[TASK DATA Boundary: Start]
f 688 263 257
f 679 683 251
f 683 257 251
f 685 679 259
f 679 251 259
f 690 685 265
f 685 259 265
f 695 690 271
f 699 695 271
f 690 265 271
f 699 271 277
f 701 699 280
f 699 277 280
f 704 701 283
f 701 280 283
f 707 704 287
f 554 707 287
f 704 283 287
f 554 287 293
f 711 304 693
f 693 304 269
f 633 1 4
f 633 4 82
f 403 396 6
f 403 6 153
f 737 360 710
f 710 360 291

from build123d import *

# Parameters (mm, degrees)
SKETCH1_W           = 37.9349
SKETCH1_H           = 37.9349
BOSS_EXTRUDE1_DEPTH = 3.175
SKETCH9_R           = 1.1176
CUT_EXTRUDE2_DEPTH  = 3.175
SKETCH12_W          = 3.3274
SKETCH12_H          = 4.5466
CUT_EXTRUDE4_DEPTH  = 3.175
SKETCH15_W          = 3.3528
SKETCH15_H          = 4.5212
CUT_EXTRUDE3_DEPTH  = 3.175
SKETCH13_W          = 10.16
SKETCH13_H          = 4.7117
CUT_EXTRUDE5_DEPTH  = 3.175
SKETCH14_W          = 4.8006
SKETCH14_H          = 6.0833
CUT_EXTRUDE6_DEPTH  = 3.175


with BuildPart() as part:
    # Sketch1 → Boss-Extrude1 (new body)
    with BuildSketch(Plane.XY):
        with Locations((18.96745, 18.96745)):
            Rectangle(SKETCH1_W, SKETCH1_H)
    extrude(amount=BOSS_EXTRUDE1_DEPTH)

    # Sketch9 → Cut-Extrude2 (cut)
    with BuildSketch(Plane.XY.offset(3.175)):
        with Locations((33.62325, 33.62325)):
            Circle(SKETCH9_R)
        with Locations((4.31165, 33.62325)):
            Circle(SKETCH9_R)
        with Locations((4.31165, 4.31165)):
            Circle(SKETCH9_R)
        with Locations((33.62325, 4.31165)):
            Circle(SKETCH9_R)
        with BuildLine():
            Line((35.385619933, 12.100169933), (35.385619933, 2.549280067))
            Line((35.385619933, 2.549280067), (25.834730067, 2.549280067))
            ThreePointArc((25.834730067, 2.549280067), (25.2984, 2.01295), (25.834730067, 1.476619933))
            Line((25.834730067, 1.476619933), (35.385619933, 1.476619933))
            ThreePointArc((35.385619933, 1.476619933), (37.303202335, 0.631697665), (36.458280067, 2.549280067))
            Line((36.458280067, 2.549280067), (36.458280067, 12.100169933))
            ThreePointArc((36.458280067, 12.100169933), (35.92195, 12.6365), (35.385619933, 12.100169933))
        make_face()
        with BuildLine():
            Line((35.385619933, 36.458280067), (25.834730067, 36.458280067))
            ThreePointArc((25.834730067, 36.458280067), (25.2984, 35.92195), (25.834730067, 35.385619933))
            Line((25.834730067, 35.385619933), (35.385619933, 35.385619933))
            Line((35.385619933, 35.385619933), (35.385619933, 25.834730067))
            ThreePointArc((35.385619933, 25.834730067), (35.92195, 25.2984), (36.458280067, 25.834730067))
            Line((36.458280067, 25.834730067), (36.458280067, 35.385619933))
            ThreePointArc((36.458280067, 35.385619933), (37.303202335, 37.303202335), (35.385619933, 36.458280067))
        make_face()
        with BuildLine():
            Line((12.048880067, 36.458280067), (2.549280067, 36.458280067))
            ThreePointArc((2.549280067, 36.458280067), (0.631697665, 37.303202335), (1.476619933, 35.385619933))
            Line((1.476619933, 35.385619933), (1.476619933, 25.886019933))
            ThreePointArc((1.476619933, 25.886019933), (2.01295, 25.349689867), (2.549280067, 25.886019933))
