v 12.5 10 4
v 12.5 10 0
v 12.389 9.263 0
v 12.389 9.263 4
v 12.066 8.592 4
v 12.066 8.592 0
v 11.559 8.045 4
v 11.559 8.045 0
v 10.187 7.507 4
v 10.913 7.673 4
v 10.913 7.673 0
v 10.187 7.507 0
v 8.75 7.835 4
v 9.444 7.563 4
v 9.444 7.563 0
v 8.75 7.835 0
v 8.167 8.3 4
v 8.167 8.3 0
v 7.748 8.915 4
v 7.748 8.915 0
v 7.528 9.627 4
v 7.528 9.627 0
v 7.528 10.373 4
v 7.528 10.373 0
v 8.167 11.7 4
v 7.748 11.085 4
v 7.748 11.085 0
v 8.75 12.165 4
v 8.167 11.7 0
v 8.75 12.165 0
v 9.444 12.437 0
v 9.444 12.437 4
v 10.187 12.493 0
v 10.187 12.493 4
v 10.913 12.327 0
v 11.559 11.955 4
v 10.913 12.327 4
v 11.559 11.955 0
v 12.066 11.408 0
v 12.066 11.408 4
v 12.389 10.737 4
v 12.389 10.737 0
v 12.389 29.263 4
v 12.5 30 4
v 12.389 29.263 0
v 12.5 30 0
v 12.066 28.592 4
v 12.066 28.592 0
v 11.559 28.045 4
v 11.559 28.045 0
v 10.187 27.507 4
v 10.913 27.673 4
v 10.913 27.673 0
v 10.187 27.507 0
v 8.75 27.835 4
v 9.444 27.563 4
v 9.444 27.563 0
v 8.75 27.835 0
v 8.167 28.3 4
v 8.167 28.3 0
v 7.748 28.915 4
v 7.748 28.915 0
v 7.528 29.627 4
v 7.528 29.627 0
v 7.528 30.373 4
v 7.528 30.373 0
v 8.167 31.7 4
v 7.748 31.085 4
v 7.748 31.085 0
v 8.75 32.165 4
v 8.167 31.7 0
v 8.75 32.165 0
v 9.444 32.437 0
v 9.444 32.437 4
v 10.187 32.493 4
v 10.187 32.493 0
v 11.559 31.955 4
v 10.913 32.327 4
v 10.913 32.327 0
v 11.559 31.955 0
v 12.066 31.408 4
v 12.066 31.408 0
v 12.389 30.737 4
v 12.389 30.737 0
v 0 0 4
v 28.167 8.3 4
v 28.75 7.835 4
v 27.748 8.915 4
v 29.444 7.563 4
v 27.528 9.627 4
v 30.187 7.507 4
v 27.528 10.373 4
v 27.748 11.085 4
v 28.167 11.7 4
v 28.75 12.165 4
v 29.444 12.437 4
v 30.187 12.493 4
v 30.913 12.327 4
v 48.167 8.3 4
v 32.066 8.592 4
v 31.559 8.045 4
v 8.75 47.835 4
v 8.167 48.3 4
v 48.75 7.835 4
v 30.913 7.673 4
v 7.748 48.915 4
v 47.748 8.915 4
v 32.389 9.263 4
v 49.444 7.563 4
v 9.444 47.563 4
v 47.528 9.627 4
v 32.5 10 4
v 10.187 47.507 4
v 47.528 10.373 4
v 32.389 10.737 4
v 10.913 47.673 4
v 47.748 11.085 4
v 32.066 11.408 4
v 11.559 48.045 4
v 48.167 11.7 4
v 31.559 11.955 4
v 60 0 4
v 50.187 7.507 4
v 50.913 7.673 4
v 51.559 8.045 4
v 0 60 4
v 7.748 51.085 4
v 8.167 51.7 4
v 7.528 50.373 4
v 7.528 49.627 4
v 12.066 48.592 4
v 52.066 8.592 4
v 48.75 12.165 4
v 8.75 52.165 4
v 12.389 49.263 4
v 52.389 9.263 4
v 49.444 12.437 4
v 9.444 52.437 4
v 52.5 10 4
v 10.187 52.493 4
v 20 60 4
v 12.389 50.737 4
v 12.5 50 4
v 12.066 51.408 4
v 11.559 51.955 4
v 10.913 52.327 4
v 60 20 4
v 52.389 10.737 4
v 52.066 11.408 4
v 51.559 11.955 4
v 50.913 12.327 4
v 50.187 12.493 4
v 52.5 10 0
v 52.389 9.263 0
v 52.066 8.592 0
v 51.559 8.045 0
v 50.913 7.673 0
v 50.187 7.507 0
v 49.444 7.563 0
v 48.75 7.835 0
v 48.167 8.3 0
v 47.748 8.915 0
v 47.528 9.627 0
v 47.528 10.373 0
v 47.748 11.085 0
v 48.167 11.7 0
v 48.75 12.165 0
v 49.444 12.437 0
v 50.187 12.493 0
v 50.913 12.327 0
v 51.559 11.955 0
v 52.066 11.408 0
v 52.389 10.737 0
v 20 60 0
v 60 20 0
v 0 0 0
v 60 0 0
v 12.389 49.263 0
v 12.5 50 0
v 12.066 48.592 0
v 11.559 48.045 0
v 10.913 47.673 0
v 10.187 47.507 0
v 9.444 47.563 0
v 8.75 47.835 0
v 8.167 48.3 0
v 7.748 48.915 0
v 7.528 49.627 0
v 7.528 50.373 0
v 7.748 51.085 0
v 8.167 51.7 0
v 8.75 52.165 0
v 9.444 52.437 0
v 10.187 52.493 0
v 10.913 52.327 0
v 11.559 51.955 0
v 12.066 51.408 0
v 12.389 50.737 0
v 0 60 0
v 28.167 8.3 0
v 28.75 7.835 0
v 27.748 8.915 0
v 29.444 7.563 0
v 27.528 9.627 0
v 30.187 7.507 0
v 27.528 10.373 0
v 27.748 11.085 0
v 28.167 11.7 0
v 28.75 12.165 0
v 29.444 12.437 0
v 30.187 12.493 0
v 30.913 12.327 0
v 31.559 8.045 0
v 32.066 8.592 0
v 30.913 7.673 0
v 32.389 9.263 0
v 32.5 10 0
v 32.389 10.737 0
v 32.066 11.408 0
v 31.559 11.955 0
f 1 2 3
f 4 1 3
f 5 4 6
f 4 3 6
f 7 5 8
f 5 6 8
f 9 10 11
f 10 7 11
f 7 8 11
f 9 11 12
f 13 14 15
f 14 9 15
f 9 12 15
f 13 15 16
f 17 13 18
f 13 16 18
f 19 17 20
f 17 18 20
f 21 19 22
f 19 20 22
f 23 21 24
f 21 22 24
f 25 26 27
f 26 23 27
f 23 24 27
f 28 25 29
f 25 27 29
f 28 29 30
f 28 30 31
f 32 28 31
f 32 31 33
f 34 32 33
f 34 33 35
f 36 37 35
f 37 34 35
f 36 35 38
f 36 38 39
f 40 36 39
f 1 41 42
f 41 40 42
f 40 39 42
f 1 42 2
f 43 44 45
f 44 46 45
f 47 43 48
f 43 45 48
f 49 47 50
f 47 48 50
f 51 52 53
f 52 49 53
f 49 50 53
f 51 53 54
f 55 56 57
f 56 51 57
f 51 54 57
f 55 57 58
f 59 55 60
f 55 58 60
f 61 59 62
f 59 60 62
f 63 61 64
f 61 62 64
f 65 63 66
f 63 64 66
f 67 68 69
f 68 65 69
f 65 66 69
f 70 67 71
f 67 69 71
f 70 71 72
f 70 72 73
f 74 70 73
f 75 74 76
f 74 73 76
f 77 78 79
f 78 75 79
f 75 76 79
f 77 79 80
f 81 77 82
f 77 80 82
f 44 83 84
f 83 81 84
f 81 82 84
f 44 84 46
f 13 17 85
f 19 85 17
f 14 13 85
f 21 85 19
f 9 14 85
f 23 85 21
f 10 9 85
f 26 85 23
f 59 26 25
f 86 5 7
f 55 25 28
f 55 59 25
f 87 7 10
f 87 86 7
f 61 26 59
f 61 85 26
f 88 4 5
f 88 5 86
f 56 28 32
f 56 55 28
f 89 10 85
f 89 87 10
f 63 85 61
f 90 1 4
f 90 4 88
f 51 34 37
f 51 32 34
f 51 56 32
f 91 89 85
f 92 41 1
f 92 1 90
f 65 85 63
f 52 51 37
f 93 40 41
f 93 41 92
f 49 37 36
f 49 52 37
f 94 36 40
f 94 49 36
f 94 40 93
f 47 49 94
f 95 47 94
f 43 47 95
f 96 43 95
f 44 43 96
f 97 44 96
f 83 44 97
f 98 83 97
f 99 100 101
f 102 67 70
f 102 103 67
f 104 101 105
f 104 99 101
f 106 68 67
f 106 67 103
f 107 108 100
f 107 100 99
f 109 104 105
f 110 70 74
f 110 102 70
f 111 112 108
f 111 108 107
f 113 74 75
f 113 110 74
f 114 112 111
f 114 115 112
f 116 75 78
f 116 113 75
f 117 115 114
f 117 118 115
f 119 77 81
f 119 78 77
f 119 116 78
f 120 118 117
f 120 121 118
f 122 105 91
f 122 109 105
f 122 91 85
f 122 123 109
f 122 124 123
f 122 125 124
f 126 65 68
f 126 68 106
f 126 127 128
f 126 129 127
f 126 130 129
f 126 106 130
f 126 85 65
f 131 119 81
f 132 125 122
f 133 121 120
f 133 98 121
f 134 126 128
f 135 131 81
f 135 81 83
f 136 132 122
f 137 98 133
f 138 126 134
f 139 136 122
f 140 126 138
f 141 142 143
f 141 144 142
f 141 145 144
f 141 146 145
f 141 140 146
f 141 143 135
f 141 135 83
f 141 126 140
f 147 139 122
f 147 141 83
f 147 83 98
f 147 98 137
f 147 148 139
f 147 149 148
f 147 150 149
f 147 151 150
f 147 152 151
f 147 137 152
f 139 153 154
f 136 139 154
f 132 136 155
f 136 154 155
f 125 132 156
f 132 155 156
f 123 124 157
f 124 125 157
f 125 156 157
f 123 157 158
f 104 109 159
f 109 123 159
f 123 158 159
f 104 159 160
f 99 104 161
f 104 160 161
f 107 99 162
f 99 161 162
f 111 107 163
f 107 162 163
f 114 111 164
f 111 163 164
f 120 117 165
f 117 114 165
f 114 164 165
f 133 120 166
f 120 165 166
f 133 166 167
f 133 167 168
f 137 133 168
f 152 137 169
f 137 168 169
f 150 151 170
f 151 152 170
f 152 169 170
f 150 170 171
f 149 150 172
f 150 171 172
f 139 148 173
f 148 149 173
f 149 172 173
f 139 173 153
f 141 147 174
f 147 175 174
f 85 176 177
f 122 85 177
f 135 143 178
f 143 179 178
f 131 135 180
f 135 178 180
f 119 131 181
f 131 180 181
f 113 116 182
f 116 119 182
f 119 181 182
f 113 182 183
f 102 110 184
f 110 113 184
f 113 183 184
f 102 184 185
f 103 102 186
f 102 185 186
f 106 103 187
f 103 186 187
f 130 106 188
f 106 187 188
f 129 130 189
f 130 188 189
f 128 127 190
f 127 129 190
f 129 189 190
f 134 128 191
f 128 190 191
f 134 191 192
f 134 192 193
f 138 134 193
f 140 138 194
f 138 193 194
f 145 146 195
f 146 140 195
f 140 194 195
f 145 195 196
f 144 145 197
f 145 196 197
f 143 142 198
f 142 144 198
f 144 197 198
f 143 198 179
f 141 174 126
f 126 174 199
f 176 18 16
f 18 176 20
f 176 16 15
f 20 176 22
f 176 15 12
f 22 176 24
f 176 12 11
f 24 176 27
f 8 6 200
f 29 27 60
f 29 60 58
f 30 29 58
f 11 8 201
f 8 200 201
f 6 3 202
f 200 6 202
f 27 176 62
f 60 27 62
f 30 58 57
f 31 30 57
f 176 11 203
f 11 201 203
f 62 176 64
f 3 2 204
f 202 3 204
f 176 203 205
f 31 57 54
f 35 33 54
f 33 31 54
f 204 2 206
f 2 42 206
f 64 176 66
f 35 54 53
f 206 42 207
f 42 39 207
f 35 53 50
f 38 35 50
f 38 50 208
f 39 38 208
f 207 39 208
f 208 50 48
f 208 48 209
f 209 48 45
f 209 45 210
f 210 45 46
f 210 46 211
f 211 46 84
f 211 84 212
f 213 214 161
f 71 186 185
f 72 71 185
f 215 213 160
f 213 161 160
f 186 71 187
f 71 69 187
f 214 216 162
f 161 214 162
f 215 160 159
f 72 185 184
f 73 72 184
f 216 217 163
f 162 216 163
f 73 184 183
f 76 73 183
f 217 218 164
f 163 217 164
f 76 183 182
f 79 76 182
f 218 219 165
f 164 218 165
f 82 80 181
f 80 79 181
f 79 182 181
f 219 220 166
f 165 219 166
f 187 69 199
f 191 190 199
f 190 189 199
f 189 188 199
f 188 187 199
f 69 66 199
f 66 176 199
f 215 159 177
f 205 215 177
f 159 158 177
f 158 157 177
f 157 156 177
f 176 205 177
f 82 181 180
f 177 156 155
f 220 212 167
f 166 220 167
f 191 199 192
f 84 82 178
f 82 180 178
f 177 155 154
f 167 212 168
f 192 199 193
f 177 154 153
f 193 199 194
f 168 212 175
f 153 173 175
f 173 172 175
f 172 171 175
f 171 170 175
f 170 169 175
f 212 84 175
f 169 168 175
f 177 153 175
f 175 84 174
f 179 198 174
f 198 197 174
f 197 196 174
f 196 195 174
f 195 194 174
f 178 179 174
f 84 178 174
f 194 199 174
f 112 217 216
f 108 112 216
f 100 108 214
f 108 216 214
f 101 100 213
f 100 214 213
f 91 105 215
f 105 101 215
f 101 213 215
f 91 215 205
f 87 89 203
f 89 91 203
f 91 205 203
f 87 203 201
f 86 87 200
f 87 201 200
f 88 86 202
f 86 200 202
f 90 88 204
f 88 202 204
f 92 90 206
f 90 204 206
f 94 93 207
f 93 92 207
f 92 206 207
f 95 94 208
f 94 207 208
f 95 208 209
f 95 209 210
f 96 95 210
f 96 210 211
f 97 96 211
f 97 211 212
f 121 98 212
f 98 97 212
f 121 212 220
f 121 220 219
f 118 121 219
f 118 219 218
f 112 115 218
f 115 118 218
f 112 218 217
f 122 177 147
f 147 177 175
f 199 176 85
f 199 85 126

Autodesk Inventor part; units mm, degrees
ref_plane "YZ Plane" through (0, 0, 0) normal (1, 0, 0) x (0, 1, 0)
ref_plane "XZ Plane" through (0, 0, 0) normal (0, 1, 0) x (-1, 0, 0)
ref_plane "XY Plane" through (0, 0, 0) normal (0, 0, 1) x (1, 0, 0)
sketch "Boceto1" plane through (0, 0, 0) normal (0, 0, 1) x (1, 0, 0)
  line L0 (190.1282, 320.5488) -> (475.893, 320.5488) construction
  line L1 (475.893, 320.5488) -> (475.893, 34.784) construction
  line L2 (475.893, 34.784) -> (190.1282, 34.784) construction
  line L3 (190.1282, 34.784) -> (190.1282, 320.5488) construction
  line L4 (0, 0) -> (0, 60)
  line L5 (0, 0) -> (60, 0)
  line L6 (60, 0) -> (60, 20)
  line L7 (60, 20) -> (20, 60)
  line L8 (20, 60) -> (0, 60)
  circle A0 centre (10, 50) radius 2.5
  circle A1 centre (10, 30) radius 2.5
  circle A2 centre (10, 10) radius 2.5
  circle A3 centre (30, 10) radius 2.5
  circle A4 centre (50, 10) radius 2.5
  point P0 (0, 30)
  point P1 (30, 0)
  dimension "d3" = 60
  dimension "d4" = 60
  dimension "d5" = 20
  dimension "d6" = 20
  dimension "d7" = 5
  dimension "d10" = 20
  dimension "d19" = 20
extrude "Extrusión1" add sketch "Boceto1" along normal blind 4
properties part number "LPlate" material "Aluminio 6061"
[TASK DATA Boundary: End]
◆ **TASK**
What you return must be the lines above that run from the line with "f 152 137 169" to the line with "f 158 157 177", inclusive, each copied exactly.

◆ **ANSWER BOX**
f 152 137 169
f 137 168 169
f 150 151 170
f 151 152 170
f 152 169 170
f 150 170 171
f 149 150 172
f 150 171 172
f 139 148 173
f 148 149 173
f 149 172 173
f 139 173 153
f 141 147 174
f 147 175 174
f 85 176 177
f 122 85 177
f 135 143 178
f 143 179 178
f 131 135 180
f 135 178 180
f 119 131 181
f 131 180 181
f 113 116 182
f 116 119 182
f 119 181 182
f 113 182 183
f 102 110 184
f 110 113 184
f 113 183 184
f 102 184 185
f 103 102 186
f 102 185 186
f 106 103 187
f 103 186 187
f 130 106 188
f 106 187 188
f 129 130 189
f 130 188 189
f 128 127 190
f 127 129 190
f 129 189 190
f 134 128 191
f 128 190 191
f 134 191 192
f 134 192 193
f 138 134 193
f 140 138 194
f 138 193 194
f 145 146 195
f 146 140 195
f 140 194 195
f 145 195 196
f 144 145 197
f 145 196 197
f 143 142 198
f 142 144 198
f 144 197 198
f 143 198 179
f 141 174 126
f 126 174 199
f 176 18 16
f 18 176 20
f 176 16 15
f 20 176 22
f 176 15 12
f 22 176 24
f 176 12 11
f 24 176 27
f 8 6 200
f 29 27 60
f 29 60 58
f 30 29 58
f 11 8 201
f 8 200 201
f 6 3 202
f 200 6 202
f 27 176 62
f 60 27 62
f 30 58 57
f 31 30 57
f 176 11 203
f 11 201 203
f 62 176 64
f 3 2 204
f 202 3 204
f 176 203 205
f 31 57 54
f 35 33 54
f 33 31 54
f 204 2 206
f 2 42 206
f 64 176 66
f 35 54 53
f 206 42 207
f 42 39 207
f 35 53 50
f 38 35 50
f 38 50 208
f 39 38 208
f 207 39 208
f 208 50 48
f 208 48 209
f 209 48 45
f 209 45 210
f 210 45 46
f 210 46 211
f 211 46 84
f 211 84 212
f 213 214 161
f 71 186 185
f 72 71 185
f 215 213 160
f 213 161 160
f 186 71 187
f 71 69 187
f 214 216 162
f 161 214 162
f 215 160 159
f 72 185 184
f 73 72 184
f 216 217 163
f 162 216 163
f 73 184 183
f 76 73 183
f 217 218 164
f 163 217 164
f 76 183 182
f 79 76 182
f 218 219 165
f 164 218 165
f 82 80 181
f 80 79 181
f 79 182 181
f 219 220 166
f 165 219 166
f 187 69 199
f 191 190 199
f 190 189 199
f 189 188 199
f 188 187 199
f 69 66 199
f 66 176 199
f 215 159 177
f 205 215 177
f 159 158 177
f 158 157 177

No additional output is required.